The Book Table owner's Rachel Weaver and Jason Smith inside their store on Saturday July 29, 2023 | Todd Bannor

The Book Table is celebrating 20 years as an independent bookstore in Oak Park. The local book retailer has defied stunning changes in the book business. It opened during the heyday of the big-box bookstores, standing by as the Borders’ empire, including an Oak Park store, crumbled. As the world shifted to online sellers, the Book Table held on, even weathering the storm of COVID-19 restrictions, which dealt a fatal blow to many businesses.

 The Book Table is small in scale but mighty in its community presence.

“The store has grown and changed in ways we never expected, but in good ways,” said co-owner Rachel Weaver. “It’s been a great 20 years.” 

Weaver co-owns the store with her husband, Jason Smith, whom she married two years before they opened the Book Table. The two met while working at an independent bookstore, both having previously worked at other independent bookstores, so it felt natural that they would open one of their own. They first attempted to set up shop in Chicago but were unlucky in that endeavor. 

“No one would give us the time of day,” Weaver recalled. “We were these snot-nosed kids who wanted to open a store, selling a sort of dinosaur legacy product.”

So, they set their sights on Oak Park, a place that appealed to them for its proximity to Dominican University and for being a short train ride away from the University of Illinois Chicago. The village had a lot of scholars and professors as residents, Weaver said; the type of people who would appreciate an independent bookstore. 

Like many other Oak Park storefronts, their location, 1045 Lake St., was being leased by David King & Associates. And unlike their experience with real estate agents in Chicago, Weaver said King immediately returned their call. He didn’t immediately want to take them on as clients, however. Oak Park, at the time, already had a Barbara’s Bookstore and a Borders on Lake Street. 

“I thought they were crazy and didn’t want to rent to them, but over a period of time, they were relentless with me,” King said. “Finally, we took a chance on them,” said King referring both to himself and Mike Fox, a large commercial building owner in Downtown Oak Park. 

Both the other bookstores ended up closing, but the Book Table prevailed, becoming a part of the fabric of the Oak Park community. Weaver and Smith live in the village too, about a block away from their shop, in a condominium sold to them by their sales representative from publisher Penguin Random House. 
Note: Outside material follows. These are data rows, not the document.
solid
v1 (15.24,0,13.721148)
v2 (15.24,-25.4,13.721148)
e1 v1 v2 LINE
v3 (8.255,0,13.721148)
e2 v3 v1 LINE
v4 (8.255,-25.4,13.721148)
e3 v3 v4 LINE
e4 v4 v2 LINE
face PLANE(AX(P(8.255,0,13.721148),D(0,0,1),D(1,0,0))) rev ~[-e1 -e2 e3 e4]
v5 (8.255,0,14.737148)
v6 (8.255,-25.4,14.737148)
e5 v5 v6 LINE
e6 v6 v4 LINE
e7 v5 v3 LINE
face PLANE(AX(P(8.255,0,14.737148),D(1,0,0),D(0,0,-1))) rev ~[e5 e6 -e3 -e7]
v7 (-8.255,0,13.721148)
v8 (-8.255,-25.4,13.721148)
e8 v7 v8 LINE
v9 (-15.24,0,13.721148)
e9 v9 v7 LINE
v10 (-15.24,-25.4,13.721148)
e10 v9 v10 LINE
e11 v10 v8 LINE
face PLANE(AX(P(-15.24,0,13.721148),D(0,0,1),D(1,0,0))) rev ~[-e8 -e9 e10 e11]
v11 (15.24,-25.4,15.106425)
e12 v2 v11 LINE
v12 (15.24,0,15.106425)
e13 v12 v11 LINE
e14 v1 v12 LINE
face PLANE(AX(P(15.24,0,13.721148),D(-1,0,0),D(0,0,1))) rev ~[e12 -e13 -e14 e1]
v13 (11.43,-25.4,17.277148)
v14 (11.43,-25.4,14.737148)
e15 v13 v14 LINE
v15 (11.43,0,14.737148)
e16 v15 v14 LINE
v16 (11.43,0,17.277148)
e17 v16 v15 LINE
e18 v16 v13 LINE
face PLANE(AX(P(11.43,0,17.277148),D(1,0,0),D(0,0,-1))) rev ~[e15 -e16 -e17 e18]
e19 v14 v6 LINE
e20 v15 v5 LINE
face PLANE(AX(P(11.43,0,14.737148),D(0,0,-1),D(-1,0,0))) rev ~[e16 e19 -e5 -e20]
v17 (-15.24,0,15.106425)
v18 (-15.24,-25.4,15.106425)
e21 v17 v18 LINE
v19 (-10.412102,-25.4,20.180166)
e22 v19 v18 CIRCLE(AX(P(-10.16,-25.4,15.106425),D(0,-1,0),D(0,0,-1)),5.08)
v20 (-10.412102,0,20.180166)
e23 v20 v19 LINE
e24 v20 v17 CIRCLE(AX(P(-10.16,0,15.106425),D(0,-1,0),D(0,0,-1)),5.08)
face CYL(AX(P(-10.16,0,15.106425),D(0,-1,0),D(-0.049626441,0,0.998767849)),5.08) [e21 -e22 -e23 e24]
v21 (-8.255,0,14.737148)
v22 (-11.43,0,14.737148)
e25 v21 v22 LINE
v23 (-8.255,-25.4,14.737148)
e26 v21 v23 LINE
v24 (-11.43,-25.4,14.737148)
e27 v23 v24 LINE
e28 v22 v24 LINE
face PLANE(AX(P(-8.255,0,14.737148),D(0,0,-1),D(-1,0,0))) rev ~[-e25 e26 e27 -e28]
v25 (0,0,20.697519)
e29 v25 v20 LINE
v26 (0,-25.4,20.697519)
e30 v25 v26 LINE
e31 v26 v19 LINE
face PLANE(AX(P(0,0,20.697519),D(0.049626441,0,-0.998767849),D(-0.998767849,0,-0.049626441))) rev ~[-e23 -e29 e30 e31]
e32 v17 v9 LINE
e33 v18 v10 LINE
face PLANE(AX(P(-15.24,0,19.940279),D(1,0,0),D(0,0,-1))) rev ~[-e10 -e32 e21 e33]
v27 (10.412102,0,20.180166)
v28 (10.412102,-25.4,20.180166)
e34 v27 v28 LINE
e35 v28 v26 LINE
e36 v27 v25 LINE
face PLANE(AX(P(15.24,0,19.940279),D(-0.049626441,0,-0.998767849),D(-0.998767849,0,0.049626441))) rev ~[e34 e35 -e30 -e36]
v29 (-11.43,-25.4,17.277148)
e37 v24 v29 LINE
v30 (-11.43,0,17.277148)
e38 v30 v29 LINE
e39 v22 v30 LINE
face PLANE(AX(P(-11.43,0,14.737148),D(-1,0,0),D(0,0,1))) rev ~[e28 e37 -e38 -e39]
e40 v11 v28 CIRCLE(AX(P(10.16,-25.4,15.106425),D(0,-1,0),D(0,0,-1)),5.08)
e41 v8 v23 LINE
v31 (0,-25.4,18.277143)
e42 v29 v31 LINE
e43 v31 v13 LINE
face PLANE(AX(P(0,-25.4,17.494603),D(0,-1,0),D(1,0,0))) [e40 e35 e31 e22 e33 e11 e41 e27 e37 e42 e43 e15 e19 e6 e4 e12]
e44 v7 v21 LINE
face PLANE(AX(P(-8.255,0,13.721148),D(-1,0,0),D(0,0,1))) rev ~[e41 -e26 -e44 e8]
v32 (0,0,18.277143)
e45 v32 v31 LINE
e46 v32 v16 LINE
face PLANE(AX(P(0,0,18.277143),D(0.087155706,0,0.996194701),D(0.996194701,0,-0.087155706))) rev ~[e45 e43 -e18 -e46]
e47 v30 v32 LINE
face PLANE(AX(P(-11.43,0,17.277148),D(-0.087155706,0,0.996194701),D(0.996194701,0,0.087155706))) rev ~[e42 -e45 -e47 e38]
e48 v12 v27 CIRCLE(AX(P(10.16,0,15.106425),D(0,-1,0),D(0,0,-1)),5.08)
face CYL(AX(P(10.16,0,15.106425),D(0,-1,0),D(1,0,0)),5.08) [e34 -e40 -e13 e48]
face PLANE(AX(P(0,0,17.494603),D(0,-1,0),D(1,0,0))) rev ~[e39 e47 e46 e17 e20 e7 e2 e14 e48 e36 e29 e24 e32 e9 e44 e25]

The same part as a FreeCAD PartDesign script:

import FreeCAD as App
import Part
import Sketcher

V = App.Vector
Q = App.Units.Quantity


def edges_at(feature, points):
    """Names of the edges that pass closest to the given points."""
    edges = feature.Shape.Edges
    near = lambda p: min(range(len(edges)), key=lambda i: edges[i].distToShape(Part.Vertex(*p))[0])
    return sorted({f"Edge{near(p) + 1}" for p in points})

doc = App.newDocument("Part")
body = doc.addObject("PartDesign::Body", "Body")

sketch1 = body.newObject("Sketcher::SketchObject", "Sketch")
sketch1.AttachmentSupport = (doc.getObject("XZ_Plane"), [""])
sketch1.MapMode = "FlatFace"
sketch1.addGeometry([
    Part.LineSegment(V(-11.4, 14.7, 0), V(-11.4, 17.3, 0)),
    Part.LineSegment(V(-11.4, 17.3, 0), V(0, 18.3, 0)),
    Part.LineSegment(V(0, 18.3, 0), V(11.4, 17.3, 0)),
    Part.LineSegment(V(11.4, 17.3, 0), V(11.4, 14.7, 0)),
    Part.LineSegment(V(11.4, 14.7, 0), V(8.3, 14.7, 0)),
    Part.LineSegment(V(8.3, 14.7, 0), V(8.3, 13.7, 0)),
    Part.LineSegment(V(8.3, 13.7, 0), V(15.2, 13.7, 0)),
    Part.LineSegment(V(15.2, 13.7, 0), V(15.2, 19.9, 0)),
    Part.LineSegment(V(15.2, 19.9, 0), V(0, 20.7, 0)),
    Part.LineSegment(V(0, 20.7, 0), V(-15.2, 19.9, 0)),
    Part.LineSegment(V(-15.2, 19.9, 0), V(-15.2, 13.7, 0)),
    Part.LineSegment(V(-15.2, 13.7, 0), V(-8.3, 13.7, 0)),
    Part.LineSegment(V(-8.3, 13.7, 0), V(-8.3, 14.7, 0)),
    Part.LineSegment(V(-8.3, 14.7, 0), V(-11.4, 14.7, 0)),
], False)
sketch1.addConstraint([
    Sketcher.Constraint("Coincident", 0, 2, 1, 1),
    Sketcher.Constraint("Coincident", 1, 2, 2, 1),
    Sketcher.Constraint("Coincident", 2, 2, 3, 1),
    Sketcher.Constraint("Coincident", 3, 2, 4, 1),
    Sketcher.Constraint("Coincident", 4, 2, 5, 1),
    Sketcher.Constraint("Coincident", 5, 2, 6, 1),
    Sketcher.Constraint("Coincident", 6, 2, 7, 1),
    Sketcher.Constraint("Coincident", 7, 2, 8, 1),
    Sketcher.Constraint("Coincident", 8, 2, 9, 1),
    Sketcher.Constraint("Coincident", 9, 2, 10, 1),
    Sketcher.Constraint("Coincident", 10, 2, 11, 1),
    Sketcher.Constraint("Coincident", 11, 2, 12, 1),
    Sketcher.Constraint("Coincident", 12, 2, 13, 1),
    Sketcher.Constraint("Coincident", 13, 2, 0, 1),
    Sketcher.Constraint("Vertical", 0),
    Sketcher.Constraint("Vertical", 3),
    Sketcher.Constraint("Horizontal", 4),
    Sketcher.Constraint("Vertical", 5),
    Sketcher.Constraint("Horizontal", 6),
    Sketcher.Constraint("Vertical", 7),
    Sketcher.Constraint("Vertical", 10),
    Sketcher.Constraint("Horizontal", 11),
    Sketcher.Constraint("Vertical", 12),
    Sketcher.Constraint("Horizontal", 13),
    Sketcher.Constraint("Symmetric", 0, 2, 2, 2, -2),
    Sketcher.Constraint("Symmetric", 7, 2, 9, 2, -2),
    Sketcher.Constraint("Symmetric", 5, 2, 11, 2, -2),
    Sketcher.Constraint("PointOnObject", 1, 2, -2),
    Sketcher.Constraint("PointOnObject", 8, 2, -2),
    Sketcher.Constraint("Horizontal", 4, 2, 12, 2),
    Sketcher.Constraint("DistanceY", 0, 1, 0, 2, Q("0.1 in")),
    Sketcher.Constraint("Angle", 1, Q("4.999998 deg")),
    Sketcher.Constraint("DistanceY", 5, 2, 5, 1, Q("0.04 in")),
    Sketcher.Constraint("DistanceX", -1, 1, 6, 2, Q("0.6 in")),
    Sketcher.Constraint("DistanceX", 0, 2, 2, 2, Q("0.9 in")),
    Sketcher.Constraint("DistanceX", 4, 2, 4, 1, Q("0.125 in")),
    Sketcher.Constraint("Distance", 8, 15.258801),
    Sketcher.Constraint("DistanceY", 7, 1, 7, 2, 6.219131),
    Sketcher.Constraint("DistanceY", -1, 1, 0, 2, 17.277148),
])
pad1 = body.newObject("PartDesign::Pad", "Pad")
pad1.Profile = sketch1
pad1.Length = Q("1 in")
doc.recompute()

fillet = body.newObject("PartDesign::Fillet", "Fillet")
fillet.Base = (pad1, edges_at(pad1, [(15.24, -12.7, 19.94), (-15.24, -12.7, 19.94)]))
fillet.Radius = Q("0.2 in")

doc.recompute()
For their first few years in business, Weaver and Smith were the shop’s sole employees. After a while, their staff grew, with a part-timer and then a full-time employee. Now, the shop has seven employees, all of whom were full-time up until recently when one asked for a reduction in hours. Their employees have spent years working at the shop and that loyalty has kept turnover low, which Weaver called “wonderful.”

The Book Table managed to keep all employees on the payroll throughout COVID-19, despite the economic hardship facing local businesses due to restrictions that forced shops to temporarily cease operations. At one point during the pandemic, the Book Table was under such financial strain, its future looked uncertain. Weaver and Smith launched a GoFundMe in 2021, calling on the community for help. The campaign raised $93,000 of its $250,000 goal in its first day. 

“We cried a lot; we were so overwhelmed by the love and support from our customers,” Weaver said.

From the beginning, the shop has had a dedicated group of regulars, according to Weaver. One such regular is Al Gini, local author and retired business ethics professor at Loyola University Chicago. He stops by the shop once a week with the list of books he plans to read. Each trip, he talks to whomever is working – and together, they compare what they have been reading. For Gini, as both a customer and an author, what sets the Book Table apart from other bookstores is the people who work there.

“They read books,” he said. “They don’t just sell books.”

And what they have in stock is always exciting. Up front, they keep the best sellers and new releases, the stuff you’d find on the New York Times bestseller list, but elsewhere in the store, the Book Table stocks what Gini calls “the old sellers, the strange sellers and the unexpected sellers.” The Book Table even carries Gini’s books. And if they don’t have what a customer is looking for, they order it – and within a couple of days, the title is available for pick up at the store.

“The bookstore is a little mini adventure, an intellectual exercise, a chance to find something new,” said Gini.